In 1889, Yokoyama enrolled in the first graduating class of the Tōkyō Bijutsu Gakkō (the predecessor to the Tokyo University of the Arts), which had just been opened by Okakura Kakuzō (aka Okakura Tenshin). In school, he studied under the Kanō school artist Hashimoto Gahō. Several of his classmates also later became famous artists: Hishida Shunsō, Shimomura Kanzan, and Saigō Kogetsu.

After graduation, Yokoyama spent a year teaching at "Kyōto Shiritsu Bijutsu Kōgei Gakkō" (the predecessor to the Kyoto City University of Arts) in Kyoto, studying Buddhist painting. Around that time, he started to use the art-name "Taikan". He returned to Tokyo in 1896 as assistant professor at the Tōkyō Bijutsu Gakkō. He resigned that position only a year later, when his mentor, Okakura Kakuzō (aka Okakura Tenshin), was forced to resign for political reasons, and joined Okakura in establishing the Japan Fine Arts Academy (Nihon Bijutsuin).

After the death of his wife, Yokoyama traveled extensively overseas, visiting Calcutta, New York City, Boston, London, Berlin and Paris.

==Artistic career==
In 1914, after his ouster from the Bunten Fine Arts Exhibition sponsored by the Ministry of Education, Yokoyama concentrated on reviving the Japan Fine Arts Academy, which had closed down upon Okakura Kakuzō's death in 1913. The annual exhibitions of the Japan Fine Arts Academy, which had the abbreviated name Inten, became one of the most important, non-governmental outlets for young talents. One of the chief sponsors of Taikan at this time was the silk merchant and art patron Hara Tomitarō. His influence in the university was strong even in other creative fields. He brought up for example Hakuo Iriyama, educated into a lacquer artist, that developed original painting and printing techniques based on dry lacquer techniques and pigmented lacquer.

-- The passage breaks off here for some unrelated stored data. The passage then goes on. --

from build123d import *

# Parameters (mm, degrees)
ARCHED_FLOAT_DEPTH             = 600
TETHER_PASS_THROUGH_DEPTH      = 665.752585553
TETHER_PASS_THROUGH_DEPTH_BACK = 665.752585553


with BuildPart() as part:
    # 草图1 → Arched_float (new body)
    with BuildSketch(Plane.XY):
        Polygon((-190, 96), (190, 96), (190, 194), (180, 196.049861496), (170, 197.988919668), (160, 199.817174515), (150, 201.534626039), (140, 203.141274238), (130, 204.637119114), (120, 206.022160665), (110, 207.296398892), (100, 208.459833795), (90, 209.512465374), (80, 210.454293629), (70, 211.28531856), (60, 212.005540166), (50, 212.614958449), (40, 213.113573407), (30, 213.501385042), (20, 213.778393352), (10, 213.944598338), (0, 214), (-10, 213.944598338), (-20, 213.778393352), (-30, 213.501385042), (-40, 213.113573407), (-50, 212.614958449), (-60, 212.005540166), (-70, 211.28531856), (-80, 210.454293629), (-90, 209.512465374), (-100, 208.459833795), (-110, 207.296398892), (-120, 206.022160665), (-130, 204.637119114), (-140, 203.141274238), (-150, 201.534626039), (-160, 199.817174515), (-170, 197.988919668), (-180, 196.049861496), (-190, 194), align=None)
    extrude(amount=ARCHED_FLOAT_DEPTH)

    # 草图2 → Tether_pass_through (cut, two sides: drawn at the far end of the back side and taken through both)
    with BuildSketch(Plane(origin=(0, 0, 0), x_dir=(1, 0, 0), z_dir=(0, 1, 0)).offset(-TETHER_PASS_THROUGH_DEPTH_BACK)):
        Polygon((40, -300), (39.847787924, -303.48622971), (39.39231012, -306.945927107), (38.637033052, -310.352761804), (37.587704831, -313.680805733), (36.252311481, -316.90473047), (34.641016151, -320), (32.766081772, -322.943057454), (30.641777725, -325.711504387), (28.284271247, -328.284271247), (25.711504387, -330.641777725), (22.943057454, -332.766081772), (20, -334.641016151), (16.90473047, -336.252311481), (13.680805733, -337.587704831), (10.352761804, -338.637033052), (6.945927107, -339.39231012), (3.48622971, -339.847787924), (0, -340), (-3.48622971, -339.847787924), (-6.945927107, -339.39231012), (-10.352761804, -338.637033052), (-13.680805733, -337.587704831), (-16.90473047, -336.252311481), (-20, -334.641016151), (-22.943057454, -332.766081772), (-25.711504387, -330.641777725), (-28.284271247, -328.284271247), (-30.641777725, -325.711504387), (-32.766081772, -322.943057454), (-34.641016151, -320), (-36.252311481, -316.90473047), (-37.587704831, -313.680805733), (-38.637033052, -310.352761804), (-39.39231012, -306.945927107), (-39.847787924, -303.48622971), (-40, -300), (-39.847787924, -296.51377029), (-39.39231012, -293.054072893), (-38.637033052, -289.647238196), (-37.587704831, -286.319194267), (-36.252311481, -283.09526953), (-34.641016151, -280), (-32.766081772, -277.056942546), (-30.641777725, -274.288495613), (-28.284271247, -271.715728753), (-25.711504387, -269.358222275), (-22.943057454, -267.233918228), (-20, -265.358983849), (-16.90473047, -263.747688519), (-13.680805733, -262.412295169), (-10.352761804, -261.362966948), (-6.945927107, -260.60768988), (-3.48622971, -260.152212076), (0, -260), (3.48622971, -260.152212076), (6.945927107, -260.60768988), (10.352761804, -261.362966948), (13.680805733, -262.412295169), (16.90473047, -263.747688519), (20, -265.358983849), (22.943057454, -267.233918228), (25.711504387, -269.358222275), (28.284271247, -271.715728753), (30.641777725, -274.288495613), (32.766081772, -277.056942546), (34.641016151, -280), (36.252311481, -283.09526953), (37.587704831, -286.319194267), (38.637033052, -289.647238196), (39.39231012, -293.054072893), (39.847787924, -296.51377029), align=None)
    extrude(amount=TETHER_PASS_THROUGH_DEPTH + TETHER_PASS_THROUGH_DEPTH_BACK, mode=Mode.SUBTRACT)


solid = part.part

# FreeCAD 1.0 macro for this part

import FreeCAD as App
import Part
import Sketcher

V = App.Vector
Q = App.Units.Quantity

doc = App.newDocument("Part")
body = doc.addObject("PartDesign::Body", "Body")

sketch1 = body.newObject("Sketcher::SketchObject", "Sketch")
sketch1.AttachmentSupport = (doc.getObject("XY_Plane"), [""])
sketch1.MapMode = "FlatFace"
sketch1.addGeometry(Part.LineSegment(V(-190, 96, 0), V(190, 96, 0)), False)
sketch1.addGeometry(Part.LineSegment(V(190, 96, 0), V(190, 194, 0)), False)
sketch1.addGeometry(Part.LineSegment(V(190, 194, 0), V(180, 196.049861, 0)), False)
sketch1.addGeometry(Part.LineSegment(V(180, 196.049861, 0), V(170, 197.98892, 0)), False)
sketch1.addGeometry(Part.LineSegment(V(170, 197.98892, 0), V(160, 199.817175, 0)), False)
sketch1.addGeometry(Part.LineSegment(V(160, 199.817175, 0), V(150, 201.534626, 0)), False)
sketch1.addGeometry(Part.LineSegment(V(150, 201.534626, 0), V(140, 203.141274, 0)), False)
sketch1.addGeometry(Part.LineSegment(V(140, 203.141274, 0), V(130, 204.637119, 0)), False)
sketch1.addGeometry(Part.LineSegment(V(130, 204.637119, 0), V(120, 206.022161, 0)), False)
sketch1.addGeometry(Part.LineSegment(V(120, 206.022161, 0), V(110, 207.296399, 0)), False)
sketch1.addGeometry(Part.LineSegment(V(110, 207.296399, 0), V(100, 208.459834, 0)), False)
sketch1.addGeometry(Part.LineSegment(V(100, 208.459834, 0), V(90, 209.512465, 0)), False)
sketch1.addGeometry(Part.LineSegment(V(90, 209.512465, 0), V(80, 210.454294, 0)), False)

Taikan was extremely influential in the evolution of the Nihonga technique, having departed from the traditional method of line drawing. Together with Hishida Shunsō, he developed a new style, eliminating the lines and concentrating on soft, blurred polychromes. While Yokoyama's works tended to remain faithful in general to the traditional Rinpa school style, he experimented with various techniques borrowed from Western painting methods. However, such a cutting-edge technique was severely criticized by other traditional painters. His style, which was called "Mourou-tai(Blurred style)" (which nowadays exactly depicts his painting's character), meant the lack of energy and vitality sarcastically. He later turned almost exclusively to monochrome ink paintings, and came to be known for his mastery of the various tones and shades of black. A number of his works have been classified as Important Cultural Property by the Agency for Cultural Affairs.

His trip to Calcutta in 1902 was immensely important for the evolution of global Modernism, as it resulted in a seminal exchange both of technique and motif with the important early Indian Modernist Abanindranath Tagore.

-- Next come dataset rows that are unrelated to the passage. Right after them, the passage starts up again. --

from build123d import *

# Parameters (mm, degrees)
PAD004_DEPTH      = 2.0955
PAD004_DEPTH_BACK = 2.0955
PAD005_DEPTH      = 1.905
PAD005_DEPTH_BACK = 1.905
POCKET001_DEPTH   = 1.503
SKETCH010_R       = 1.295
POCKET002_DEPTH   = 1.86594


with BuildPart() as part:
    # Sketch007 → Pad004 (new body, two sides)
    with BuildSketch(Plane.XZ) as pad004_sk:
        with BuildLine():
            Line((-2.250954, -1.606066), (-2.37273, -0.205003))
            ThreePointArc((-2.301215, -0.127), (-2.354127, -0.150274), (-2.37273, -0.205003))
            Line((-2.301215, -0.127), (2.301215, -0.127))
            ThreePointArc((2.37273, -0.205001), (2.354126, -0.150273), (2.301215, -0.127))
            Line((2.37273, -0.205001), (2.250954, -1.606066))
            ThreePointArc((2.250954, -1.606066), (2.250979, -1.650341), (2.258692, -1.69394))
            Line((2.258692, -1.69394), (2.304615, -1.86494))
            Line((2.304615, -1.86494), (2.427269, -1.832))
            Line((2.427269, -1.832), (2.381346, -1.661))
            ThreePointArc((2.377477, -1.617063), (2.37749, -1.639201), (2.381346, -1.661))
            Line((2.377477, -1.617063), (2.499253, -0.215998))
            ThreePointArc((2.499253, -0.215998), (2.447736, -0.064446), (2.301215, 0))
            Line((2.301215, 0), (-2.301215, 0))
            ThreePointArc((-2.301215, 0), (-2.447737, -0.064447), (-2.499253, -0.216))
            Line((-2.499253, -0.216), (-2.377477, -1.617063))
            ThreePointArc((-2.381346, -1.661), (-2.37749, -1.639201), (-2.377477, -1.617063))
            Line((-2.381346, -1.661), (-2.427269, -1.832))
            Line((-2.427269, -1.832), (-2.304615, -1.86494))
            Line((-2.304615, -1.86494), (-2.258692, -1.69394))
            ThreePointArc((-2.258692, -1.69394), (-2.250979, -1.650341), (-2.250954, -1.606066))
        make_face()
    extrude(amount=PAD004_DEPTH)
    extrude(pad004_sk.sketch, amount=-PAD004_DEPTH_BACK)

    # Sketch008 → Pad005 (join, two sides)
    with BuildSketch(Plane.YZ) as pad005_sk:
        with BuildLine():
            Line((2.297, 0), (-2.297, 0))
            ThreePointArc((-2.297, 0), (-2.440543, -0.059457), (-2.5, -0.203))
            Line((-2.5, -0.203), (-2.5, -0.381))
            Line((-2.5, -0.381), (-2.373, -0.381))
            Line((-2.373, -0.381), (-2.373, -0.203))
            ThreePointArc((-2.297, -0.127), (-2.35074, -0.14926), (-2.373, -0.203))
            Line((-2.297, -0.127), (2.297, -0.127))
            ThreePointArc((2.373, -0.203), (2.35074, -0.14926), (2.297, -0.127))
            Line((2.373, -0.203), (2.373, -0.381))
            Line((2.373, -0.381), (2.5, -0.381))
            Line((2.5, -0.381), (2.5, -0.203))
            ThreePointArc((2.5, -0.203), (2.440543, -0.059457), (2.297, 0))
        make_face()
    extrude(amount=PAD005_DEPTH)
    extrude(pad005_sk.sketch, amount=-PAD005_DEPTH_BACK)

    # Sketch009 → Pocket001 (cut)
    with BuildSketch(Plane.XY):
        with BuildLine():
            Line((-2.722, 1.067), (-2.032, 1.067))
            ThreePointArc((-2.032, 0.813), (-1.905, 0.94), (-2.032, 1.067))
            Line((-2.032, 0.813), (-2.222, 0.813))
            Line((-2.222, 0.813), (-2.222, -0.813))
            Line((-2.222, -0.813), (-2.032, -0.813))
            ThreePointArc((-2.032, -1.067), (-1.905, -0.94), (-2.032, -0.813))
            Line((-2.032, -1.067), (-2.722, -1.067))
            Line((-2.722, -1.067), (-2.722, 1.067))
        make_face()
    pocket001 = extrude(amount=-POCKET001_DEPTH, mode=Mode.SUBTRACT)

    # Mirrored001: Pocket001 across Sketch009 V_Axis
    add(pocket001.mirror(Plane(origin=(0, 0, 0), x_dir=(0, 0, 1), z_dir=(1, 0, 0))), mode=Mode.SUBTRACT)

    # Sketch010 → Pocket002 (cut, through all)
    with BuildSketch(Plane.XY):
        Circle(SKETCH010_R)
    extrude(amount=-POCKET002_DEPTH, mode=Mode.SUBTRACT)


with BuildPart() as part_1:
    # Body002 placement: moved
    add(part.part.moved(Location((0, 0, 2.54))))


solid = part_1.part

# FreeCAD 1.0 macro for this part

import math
import FreeCAD as App
import Part
import Sketcher
from FreeCAD import Vector
Q = App.Units.Quantity

doc = App.newDocument("Part")
params = doc.addObject("Spreadsheet::Sheet", "Params")
for row, (alias, value) in enumerate([
    ("sketch1_radius", "0.0100002 in"),
    ("sketch1_radius2", "0.0100002 in"),
    ("sketch1_length", "0.005 in"),
    ("sketch1_length2", "0.005 in"),
    ("pad1_length", "0.0825 in"),
    ("pad1_length2", "0.0825 in"),
    ("sketch2_width", "0.005 in"),
    ("pad2_length", "0.075 in"),
    ("pad2_length2", "0.075 in"),
    ("sketch3_radius", "0.005 in"),
    ("pocket1_length", "1.503 mm"),
], start=1):
    params.set(f"A{row}", alias)
    params.set(f"B{row}", "=" + value)
    params.setAlias(f"B{row}", alias)

body = doc.addObject("PartDesign::Body", "Body")

# Sketch on XZ plane
sketch1 = doc.addObject("Sketcher::SketchObject", "Sketch")
body.addObject(sketch1)
sketch1.AttachmentSupport = (doc.XZ_Plane, [""])
sketch1.MapMode = "FlatFace"
sketch1.addGeometry(Part.LineSegment(Vector(-2.250954, -1.606066, 0), Vector(-2.37273, -0.205003, 0)), False)
sketch1.addGeometry(Part.ArcOfCircle(Part.Circle(Vector(-2.301214, -0.198786, 0), Vector(0, 0, 1), 0.071786), math.radians(90.001026), math.radians(184.968302)), False)
sketch1.addGeometry(Part.LineSegment(Vector(-2.301215, -0.127, 0), Vector(2.301215, -0.127, 0)), False)
sketch1.addGeometry(Part.ArcOfCircle(Part.Circle(Vector(2.301214, -0.198786, 0), Vector(0, 0, 1), 0.071786), math.radians(-4.966821), math.radians(89.998957)), False)
sketch1.addGeometry(Part.LineSegment(Vector(2.37273, -0.205001, 0), Vector(2.250954, -1.606066, 0)), False)
sketch1.addGeometry(Part.ArcOfCircle(Part.Circle(Vector(2.504004, -1.628061, 0), Vector(0, 0, 1), 0.254004), math.radians(175.03245), math.radians(195.032281)), False)
sketch1.addGeometry(Part.LineSegment(Vector(2.258692, -1.69394, 0), Vector(2.304615, -1.86494, 0)), False)
sketch1.addGeometry(Part.LineSegment(Vector(2.304615, -1.86494, 0), Vector(2.427269, -1.832, 0)), False)
sketch1.addGeometry(Part.LineSegment(Vector(2.427269, -1.832, 0), Vector(2.381346, -1.661, 0)), False)
sketch1.addGeometry(Part.ArcOfCircle(Part.Circle(Vector(2.504032, -1.628058, 0), Vector(0, 0, 1), 0.127032), math.radians(175.034792), math.radians(195.029939)), False)
sketch1.addGeometry(Part.LineSegment(Vector(2.377477, -1.617063, 0), Vector(2.499253, -0.215998, 0)), False)
sketch1.addGeometry(Part.ArcOfCircle(Part.Circle(Vector(2.301215, -0.198785, 0), Vector(0, 0, 1), 0.198785), math.radians(-4.967518), math.radians(89.999894)), False)
sketch1.addGeometry(Part.LineSegment(Vector(2.301215, 0, 0), Vector(-2.301215, 0, 0)), False)
sketch1.addGeometry(Part.ArcOfCircle(Part.Circle(Vector(-2.301215, -0.198785, 0), Vector(0, 0, 1), 0.198785), math.radians(90.0001), math.radians(184.968052)), False)
sketch1.addGeometry(Part.LineSegment(Vector(-2.499253, -0.216, 0), Vector(-2.377477, -1.617063, 0)), False)
sketch1.addGeometry(Part.ArcOfCircle(Part.Circle(Vector(-2.504032, -1.628058, 0), Vector(0, 0, 1), 0.127032), math.radians(-15.029939), math.radians(4.965208)), False)
sketch1.addGeometry(Part.LineSegment(Vector(-2.381346, -1.661, 0), Vector(-2.427269, -1.832, 0)), False)
sketch1.addGeometry(Part.LineSegment(Vector(-2.427269, -1.832, 0), Vector(-2.304615, -1.86494, 0)), False)
sketch1.addGeometry(Part.LineSegment(Vector(-2.304615, -1.86494, 0), Vector(-2.258692, -1.69394, 0)), False)
sketch1.addGeometry(Part.ArcOfCircle(Part.Circle(Vector(-2.504004, -1.628061, 0), Vector(0, 0, 1), 0.254004), math.radians(-15.032281), math.radians(4.96755)), False)
sketch1.addConstraint(Sketcher.Constraint("Coincident", 0, 2, 1, 2))
sketch1.addConstraint(Sketcher.Constraint("Coincident", 1, 1, 2, 1))
sketch1.addConstraint(Sketcher.Constraint("Coincident", 2, 2, 3, 2))
sketch1.addConstraint(Sketcher.Constraint("Coincident", 3, 1, 4, 1))
sketch1.addConstraint(Sketcher.Constraint("Coincident", 4, 2, 5, 1))
sketch1.addConstraint(Sketcher.Constraint("Coincident", 5, 2, 6, 1))
sketch1.addConstraint(Sketcher.Constraint("Coincident", 6, 2, 7, 1))
sketch1.addConstraint(Sketcher.Constraint("Coincident", 7, 2, 8, 1))
sketch1.addConstraint(Sketcher.Constraint("Coincident", 8, 2, 9, 2))
sketch1.addConstraint(Sketcher.Constraint("Coincident", 9, 1, 10, 1))
sketch1.addConstraint(Sketcher.Constraint("Coincident", 10, 2, 11, 1))
sketch1.addConstraint(Sketcher.Constraint("Coincident", 11, 2, 12, 1))
sketch1.addConstraint(Sketcher.Constraint("Coincident", 12, 2, 13, 1))
sketch1.addConstraint(Sketcher.Constraint("Coincident", 13, 2, 14, 1))
sketch1.addConstraint(Sketcher.Constraint("Coincident", 14, 2, 15, 2))
sketch1.addConstraint(Sketcher.Constraint("Coincident", 15, 1, 16, 1))
sketch1.addConstraint(Sketcher.Constraint("Coincident", 16, 2, 17, 1))
sketch1.addConstraint(Sketcher.Constraint("Coincident", 17, 2, 18, 1))
sketch1.addConstraint(Sketcher.Constraint("Coincident", 18, 2, 19, 1))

In the pre-World War II era, Taikan was sent to Italy by the Japanese government as an official representative of the Japanese artistic community. Because his teacher Okakura Tenshin was a nationalist (known as a loyal philosopher in the Meiji era as well), Taikan was very much influenced by his thoughts. Consequently, he repeatedly used Mount Fuji as a motif of his paintings, and even presented them to the Imperial family. During World War II, he donated his earnings from the sales of his paintings to the national military, and this resulted in his arrest and interrogation by SCAP after the Surrender of Japan. In 1935, he was appointed to the Imperial Arts Academy (the forerunner of the Japan Art Academy), and in 1937, he was one of the first people to be awarded the Order of Culture when it was established in 1937. He was also awarded the Order of the Rising Sun, first class.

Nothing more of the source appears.